Most (if not all) developers hope and dream to please everyone. That in itself is a difficult enough task, so most just settle for a core audience and continue along that path. What I propose is this: Why not create the work that will keep you grounded and close to your core, then throw out an experiment or two. If it worked, great. Your audience has expanded, and now you know how receptive your audience is to new ideas. If not, you have discovered that your lab pet was not good enough, possibly just to the point of requiring a bit of tweaking. It does not mean that the audience is not there, they may just not like the particular flavor of ice cream you happen to be offering. Perhaps they don’t like Vanilla. Maybe it takes a pinch of Chocolate to get them foaming at the mouth. Either way, when an experiment fails, it should not be looked at as a failure, only an end to one of many paths.

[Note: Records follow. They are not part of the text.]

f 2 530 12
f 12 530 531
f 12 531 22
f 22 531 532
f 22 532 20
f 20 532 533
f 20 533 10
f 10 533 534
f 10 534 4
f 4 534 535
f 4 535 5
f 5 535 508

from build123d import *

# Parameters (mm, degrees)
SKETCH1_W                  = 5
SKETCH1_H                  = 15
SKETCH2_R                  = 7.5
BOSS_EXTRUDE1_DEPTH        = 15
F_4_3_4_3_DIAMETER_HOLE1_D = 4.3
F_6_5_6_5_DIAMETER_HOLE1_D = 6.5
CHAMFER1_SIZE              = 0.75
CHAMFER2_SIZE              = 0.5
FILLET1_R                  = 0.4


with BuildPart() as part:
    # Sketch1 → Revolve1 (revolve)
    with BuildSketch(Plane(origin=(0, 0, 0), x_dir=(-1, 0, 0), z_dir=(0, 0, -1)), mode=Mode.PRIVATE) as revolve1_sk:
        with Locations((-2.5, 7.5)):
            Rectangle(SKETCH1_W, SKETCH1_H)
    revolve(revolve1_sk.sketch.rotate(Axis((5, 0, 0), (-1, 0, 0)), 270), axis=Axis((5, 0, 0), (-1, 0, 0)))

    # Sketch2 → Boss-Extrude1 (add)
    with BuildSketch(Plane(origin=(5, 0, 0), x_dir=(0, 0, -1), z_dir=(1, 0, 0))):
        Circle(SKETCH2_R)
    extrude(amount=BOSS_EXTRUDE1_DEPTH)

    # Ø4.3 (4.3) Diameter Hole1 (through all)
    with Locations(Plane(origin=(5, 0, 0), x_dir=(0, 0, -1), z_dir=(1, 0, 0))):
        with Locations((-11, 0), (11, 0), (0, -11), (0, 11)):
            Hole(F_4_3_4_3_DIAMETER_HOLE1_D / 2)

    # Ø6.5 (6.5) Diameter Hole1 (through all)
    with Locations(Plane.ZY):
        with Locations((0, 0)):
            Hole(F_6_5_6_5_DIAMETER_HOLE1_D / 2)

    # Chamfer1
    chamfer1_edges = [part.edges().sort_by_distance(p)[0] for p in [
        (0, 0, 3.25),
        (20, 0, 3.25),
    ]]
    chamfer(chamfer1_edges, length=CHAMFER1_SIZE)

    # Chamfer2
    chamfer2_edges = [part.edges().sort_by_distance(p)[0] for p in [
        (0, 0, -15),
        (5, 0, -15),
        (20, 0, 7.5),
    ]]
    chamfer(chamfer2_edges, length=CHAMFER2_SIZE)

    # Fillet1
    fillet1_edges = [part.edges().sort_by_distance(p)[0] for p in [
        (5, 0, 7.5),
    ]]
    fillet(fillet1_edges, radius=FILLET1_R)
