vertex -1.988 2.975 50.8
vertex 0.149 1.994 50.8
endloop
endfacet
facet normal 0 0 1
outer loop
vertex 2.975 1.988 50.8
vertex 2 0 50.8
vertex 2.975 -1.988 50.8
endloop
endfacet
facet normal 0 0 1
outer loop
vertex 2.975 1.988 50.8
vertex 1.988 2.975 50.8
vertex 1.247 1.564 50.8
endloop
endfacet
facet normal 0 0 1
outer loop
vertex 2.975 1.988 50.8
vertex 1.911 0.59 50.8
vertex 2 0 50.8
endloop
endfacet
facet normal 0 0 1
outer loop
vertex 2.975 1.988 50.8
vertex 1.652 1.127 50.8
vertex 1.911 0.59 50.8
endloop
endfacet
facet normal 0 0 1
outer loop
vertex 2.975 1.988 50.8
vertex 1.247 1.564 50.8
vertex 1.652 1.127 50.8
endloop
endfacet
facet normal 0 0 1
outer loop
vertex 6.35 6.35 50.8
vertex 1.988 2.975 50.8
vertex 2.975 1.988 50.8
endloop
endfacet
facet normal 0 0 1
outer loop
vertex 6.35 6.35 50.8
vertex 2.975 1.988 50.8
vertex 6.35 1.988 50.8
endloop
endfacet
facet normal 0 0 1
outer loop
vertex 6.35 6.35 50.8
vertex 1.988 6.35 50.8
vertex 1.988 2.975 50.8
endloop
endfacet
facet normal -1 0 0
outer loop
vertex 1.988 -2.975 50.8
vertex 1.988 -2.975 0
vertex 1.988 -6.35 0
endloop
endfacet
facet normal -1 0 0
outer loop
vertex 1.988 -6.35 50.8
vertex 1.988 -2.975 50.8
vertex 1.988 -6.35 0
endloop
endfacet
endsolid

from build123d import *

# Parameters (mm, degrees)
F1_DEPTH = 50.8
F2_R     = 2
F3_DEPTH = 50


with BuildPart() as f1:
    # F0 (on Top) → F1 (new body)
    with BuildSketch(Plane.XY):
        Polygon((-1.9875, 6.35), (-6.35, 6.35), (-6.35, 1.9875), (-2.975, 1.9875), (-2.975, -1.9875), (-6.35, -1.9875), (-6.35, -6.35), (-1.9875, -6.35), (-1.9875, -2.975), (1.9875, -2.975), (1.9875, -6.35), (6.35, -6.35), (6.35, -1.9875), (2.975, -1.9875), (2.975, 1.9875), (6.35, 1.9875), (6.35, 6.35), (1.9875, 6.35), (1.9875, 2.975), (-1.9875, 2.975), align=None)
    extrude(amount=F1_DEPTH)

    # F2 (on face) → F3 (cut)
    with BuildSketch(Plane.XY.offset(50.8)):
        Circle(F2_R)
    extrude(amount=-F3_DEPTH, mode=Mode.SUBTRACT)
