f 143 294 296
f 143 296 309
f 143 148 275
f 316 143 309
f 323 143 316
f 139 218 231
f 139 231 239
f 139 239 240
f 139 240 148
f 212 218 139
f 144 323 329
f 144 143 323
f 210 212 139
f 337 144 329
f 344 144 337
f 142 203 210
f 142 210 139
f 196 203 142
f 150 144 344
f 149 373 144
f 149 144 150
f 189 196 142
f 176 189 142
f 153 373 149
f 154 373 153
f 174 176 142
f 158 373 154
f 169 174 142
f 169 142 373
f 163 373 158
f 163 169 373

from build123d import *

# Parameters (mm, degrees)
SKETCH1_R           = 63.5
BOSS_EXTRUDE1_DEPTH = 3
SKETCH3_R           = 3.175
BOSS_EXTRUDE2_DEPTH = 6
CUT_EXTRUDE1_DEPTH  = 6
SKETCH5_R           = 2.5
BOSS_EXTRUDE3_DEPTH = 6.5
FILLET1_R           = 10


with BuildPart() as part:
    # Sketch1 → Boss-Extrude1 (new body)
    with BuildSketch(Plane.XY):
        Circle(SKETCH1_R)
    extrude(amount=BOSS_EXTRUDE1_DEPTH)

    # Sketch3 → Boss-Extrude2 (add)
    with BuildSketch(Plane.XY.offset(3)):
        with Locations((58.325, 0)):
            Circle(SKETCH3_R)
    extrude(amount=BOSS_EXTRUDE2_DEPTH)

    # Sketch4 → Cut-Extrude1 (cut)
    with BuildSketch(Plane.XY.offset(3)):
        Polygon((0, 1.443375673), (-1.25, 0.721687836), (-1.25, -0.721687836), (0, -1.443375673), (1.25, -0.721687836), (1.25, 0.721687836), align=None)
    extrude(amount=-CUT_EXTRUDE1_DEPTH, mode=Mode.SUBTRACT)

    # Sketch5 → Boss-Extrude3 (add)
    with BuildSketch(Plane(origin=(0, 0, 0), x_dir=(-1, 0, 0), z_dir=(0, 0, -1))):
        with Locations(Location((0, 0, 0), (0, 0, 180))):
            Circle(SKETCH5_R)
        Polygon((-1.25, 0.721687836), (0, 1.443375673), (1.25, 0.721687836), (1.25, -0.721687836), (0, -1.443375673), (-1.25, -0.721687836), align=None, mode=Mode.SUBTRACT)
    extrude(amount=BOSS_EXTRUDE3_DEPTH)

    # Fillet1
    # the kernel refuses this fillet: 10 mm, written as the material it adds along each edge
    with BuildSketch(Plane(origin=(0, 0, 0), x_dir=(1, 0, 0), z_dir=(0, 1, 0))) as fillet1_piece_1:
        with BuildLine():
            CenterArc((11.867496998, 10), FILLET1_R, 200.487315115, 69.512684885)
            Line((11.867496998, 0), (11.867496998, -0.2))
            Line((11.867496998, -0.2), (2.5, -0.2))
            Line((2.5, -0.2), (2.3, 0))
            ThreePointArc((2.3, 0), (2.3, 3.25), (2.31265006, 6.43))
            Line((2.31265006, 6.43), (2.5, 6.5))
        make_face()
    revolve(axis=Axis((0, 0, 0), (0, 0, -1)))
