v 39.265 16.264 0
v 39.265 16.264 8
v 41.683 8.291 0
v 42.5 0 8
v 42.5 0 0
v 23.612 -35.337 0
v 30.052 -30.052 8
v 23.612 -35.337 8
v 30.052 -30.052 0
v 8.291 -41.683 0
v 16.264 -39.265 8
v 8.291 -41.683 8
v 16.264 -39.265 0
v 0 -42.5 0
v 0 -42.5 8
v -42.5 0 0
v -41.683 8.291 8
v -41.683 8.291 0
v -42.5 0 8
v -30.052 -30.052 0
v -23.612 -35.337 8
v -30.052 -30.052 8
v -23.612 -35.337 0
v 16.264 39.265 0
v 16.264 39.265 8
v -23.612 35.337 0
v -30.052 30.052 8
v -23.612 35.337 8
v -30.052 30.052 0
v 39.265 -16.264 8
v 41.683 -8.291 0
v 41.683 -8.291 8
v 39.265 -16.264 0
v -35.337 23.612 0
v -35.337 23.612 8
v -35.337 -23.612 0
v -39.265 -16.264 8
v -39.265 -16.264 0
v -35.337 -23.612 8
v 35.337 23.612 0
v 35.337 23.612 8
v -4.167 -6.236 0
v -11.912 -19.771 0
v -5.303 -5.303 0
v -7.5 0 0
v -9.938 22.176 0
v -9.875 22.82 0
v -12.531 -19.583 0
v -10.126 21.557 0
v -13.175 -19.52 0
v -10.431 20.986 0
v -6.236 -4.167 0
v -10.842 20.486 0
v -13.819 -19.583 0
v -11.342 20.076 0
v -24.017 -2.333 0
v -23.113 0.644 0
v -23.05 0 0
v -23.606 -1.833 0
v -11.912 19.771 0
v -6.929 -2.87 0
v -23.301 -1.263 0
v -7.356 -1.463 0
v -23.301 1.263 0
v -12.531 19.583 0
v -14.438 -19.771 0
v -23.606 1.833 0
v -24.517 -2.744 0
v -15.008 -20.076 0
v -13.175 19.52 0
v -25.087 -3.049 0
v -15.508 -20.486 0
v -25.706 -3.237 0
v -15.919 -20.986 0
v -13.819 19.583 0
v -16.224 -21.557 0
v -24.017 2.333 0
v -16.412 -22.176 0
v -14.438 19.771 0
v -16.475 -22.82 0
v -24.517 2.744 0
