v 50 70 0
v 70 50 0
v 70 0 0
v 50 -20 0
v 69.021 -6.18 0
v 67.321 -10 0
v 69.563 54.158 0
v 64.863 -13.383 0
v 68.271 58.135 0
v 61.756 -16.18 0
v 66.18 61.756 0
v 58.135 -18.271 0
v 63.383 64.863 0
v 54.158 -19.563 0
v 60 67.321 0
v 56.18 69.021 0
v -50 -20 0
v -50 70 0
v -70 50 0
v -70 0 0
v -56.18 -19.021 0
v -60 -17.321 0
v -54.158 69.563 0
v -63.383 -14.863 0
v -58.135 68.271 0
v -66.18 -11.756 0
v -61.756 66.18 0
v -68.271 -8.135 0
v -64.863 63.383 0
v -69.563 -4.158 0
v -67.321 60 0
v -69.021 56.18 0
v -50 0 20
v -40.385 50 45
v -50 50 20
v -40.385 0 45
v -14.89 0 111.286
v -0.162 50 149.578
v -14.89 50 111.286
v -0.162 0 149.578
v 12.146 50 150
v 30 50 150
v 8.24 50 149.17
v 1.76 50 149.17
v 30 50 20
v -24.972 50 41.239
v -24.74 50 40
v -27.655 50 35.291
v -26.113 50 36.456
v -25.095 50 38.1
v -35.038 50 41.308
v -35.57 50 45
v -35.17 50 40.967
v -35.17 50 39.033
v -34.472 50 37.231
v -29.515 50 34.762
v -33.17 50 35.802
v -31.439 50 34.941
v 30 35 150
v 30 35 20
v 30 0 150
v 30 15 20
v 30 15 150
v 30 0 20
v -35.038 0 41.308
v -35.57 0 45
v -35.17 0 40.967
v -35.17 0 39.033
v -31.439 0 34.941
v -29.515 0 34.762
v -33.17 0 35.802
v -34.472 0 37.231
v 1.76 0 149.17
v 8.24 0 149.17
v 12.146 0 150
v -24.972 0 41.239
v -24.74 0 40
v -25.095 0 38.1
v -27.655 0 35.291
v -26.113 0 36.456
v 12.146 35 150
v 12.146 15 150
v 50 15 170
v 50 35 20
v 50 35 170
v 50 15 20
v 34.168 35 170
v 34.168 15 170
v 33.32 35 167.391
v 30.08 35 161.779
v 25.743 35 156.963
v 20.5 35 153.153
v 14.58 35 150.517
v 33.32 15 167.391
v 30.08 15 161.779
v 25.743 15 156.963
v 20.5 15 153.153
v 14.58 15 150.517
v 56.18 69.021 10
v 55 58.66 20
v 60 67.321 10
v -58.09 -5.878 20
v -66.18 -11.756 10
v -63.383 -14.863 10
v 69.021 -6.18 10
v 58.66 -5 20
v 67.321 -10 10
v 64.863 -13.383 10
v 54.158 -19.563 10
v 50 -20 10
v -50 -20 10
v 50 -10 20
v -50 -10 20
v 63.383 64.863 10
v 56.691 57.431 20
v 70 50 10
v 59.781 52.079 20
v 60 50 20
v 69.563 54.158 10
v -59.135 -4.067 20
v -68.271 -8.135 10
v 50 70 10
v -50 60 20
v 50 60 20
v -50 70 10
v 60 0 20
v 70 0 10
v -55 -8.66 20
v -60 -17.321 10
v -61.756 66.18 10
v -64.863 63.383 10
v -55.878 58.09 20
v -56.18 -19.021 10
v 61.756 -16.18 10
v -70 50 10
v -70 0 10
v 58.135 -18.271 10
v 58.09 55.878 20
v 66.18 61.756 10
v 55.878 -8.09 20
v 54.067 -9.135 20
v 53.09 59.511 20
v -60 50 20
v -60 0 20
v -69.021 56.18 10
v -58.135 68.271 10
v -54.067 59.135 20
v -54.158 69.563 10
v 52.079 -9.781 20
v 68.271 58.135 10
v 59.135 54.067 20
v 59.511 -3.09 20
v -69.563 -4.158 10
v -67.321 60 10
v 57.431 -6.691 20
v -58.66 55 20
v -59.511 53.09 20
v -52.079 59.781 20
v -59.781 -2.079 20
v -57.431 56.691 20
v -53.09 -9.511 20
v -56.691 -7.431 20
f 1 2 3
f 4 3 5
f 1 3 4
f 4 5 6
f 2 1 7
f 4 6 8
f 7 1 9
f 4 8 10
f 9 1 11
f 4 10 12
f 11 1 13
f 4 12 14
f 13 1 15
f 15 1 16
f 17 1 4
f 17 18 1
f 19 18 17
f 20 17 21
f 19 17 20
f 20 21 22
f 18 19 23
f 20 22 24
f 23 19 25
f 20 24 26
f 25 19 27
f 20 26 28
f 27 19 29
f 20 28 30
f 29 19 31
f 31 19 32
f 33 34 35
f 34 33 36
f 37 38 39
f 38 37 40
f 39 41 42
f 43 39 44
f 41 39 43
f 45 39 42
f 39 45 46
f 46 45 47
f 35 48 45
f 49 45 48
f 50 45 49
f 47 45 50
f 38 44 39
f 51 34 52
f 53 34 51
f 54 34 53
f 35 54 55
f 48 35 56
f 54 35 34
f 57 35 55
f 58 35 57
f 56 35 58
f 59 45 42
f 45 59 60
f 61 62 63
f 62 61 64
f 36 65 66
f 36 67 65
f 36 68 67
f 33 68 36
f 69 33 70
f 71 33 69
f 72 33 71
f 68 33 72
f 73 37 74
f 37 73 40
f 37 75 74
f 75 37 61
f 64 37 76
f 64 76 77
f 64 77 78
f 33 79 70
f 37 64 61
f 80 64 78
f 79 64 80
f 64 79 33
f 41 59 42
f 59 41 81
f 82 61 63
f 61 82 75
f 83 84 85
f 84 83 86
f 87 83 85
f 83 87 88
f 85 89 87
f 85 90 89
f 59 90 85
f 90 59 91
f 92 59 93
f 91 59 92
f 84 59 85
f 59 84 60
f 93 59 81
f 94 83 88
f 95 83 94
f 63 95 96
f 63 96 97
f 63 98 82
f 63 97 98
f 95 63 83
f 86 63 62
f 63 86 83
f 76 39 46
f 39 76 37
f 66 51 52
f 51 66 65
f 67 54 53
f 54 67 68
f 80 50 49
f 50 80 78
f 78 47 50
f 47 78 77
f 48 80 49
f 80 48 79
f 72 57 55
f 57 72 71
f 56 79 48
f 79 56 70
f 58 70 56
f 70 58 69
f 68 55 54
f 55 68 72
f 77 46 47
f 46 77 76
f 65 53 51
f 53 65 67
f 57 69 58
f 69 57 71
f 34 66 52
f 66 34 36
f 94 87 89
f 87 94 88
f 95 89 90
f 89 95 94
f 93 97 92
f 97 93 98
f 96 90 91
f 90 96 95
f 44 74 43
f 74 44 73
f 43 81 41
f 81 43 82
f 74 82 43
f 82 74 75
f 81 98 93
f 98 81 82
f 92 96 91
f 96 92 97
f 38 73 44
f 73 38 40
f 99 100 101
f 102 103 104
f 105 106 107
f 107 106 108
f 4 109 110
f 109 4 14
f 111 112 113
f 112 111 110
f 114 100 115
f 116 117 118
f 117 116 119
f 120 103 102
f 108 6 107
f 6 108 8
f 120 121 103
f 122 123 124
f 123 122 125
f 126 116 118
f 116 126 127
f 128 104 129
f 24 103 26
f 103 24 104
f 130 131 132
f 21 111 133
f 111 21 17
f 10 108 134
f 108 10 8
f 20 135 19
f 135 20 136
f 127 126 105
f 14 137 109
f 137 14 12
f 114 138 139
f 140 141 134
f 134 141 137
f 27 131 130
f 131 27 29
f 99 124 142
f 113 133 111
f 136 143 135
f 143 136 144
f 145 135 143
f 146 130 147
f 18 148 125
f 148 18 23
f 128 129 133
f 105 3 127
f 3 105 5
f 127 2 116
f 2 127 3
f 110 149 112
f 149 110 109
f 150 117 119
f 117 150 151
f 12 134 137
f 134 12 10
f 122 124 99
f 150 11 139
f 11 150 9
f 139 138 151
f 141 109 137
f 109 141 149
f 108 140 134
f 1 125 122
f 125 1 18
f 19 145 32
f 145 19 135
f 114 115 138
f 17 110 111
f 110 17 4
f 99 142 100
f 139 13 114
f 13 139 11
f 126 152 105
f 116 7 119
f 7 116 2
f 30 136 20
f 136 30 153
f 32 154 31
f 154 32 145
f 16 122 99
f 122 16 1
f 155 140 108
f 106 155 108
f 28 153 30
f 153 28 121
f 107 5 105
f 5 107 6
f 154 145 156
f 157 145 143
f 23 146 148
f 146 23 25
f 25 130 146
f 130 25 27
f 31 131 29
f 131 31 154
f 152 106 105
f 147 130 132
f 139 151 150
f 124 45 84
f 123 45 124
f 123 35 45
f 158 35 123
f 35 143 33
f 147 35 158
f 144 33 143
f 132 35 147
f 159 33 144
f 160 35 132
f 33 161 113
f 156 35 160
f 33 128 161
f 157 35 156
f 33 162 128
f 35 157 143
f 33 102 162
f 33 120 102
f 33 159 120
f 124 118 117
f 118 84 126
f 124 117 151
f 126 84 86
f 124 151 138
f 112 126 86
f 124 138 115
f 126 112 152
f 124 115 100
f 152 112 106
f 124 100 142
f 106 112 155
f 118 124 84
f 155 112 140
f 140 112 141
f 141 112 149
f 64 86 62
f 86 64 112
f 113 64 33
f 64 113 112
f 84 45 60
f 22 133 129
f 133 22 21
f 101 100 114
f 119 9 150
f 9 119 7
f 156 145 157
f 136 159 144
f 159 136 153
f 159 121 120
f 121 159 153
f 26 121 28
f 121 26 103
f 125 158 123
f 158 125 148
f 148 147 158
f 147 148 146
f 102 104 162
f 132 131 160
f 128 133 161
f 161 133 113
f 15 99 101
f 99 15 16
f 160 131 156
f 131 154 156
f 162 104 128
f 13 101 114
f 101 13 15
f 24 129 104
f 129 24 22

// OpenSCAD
difference(){
    union(){
        hull(){
        cube([30,50,110+40]);
      translate([-50,0,0])  cube([70,50,20]);
        }
        
        
translate([0,15,0])cube([50,20,110+60]);
        
        
    }
    hull(){
translate([-30,-1,40])rotate([-90,0,0])cylinder(55,4.85,4.85);  
translate([-55,-1,180])  cube([50,50,20]);
    }
    translate([-30,-1,40])rotate([-90,0,0])cylinder(55,5.26,5.26);  

 translate([-75,-2,45])  cube([50,55,20]);

translate([5,0,180])rotate([-90,0,0])cylinder(50,31,31);
    
    
}

hull(){
    linear_extrude(10)    offset(20) translate([-50,0])  square([100,50]);
 linear_extrude(20)    offset(10) translate([-50,0])  square([100,50]);
}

The potential for developers to create the next Mario, Halo, or Super Meat Boy is there. Always has been, and always will be. Unfortunately young budding developers look to those who are already established, and if they have not yet gotten on equal ground, will falter in their pursuit of becoming the next household name. That right there has to stop. One day, Walter Gretzky dropped a knowledge bomb on his son, Wayne. "A good hockey player plays where the puck is. A great hockey player plays where the puck is going to be" he said. I like to think that statement has truth is video games as well.

Good developers are where the trends are. Great developers set where the trends will be.

Once developers have established themselves as an entity, creation and immersion should be the general focus, rather then creating another fucking iteration of their first title, but with new costumes and weapons. Creating a truly unique and unparalleled experience is what will ground you. Building a universe that has never been seen before, and leaves the player with jaw dropped and pants soiled, will not only reap you a rabid dedicated fan base, but establish you as a developer that will always be guaranteed to be given loads of promotion just by word of mouth “HOLY S%*T YOU GUYS NEED TO PLAY THIS!” statements.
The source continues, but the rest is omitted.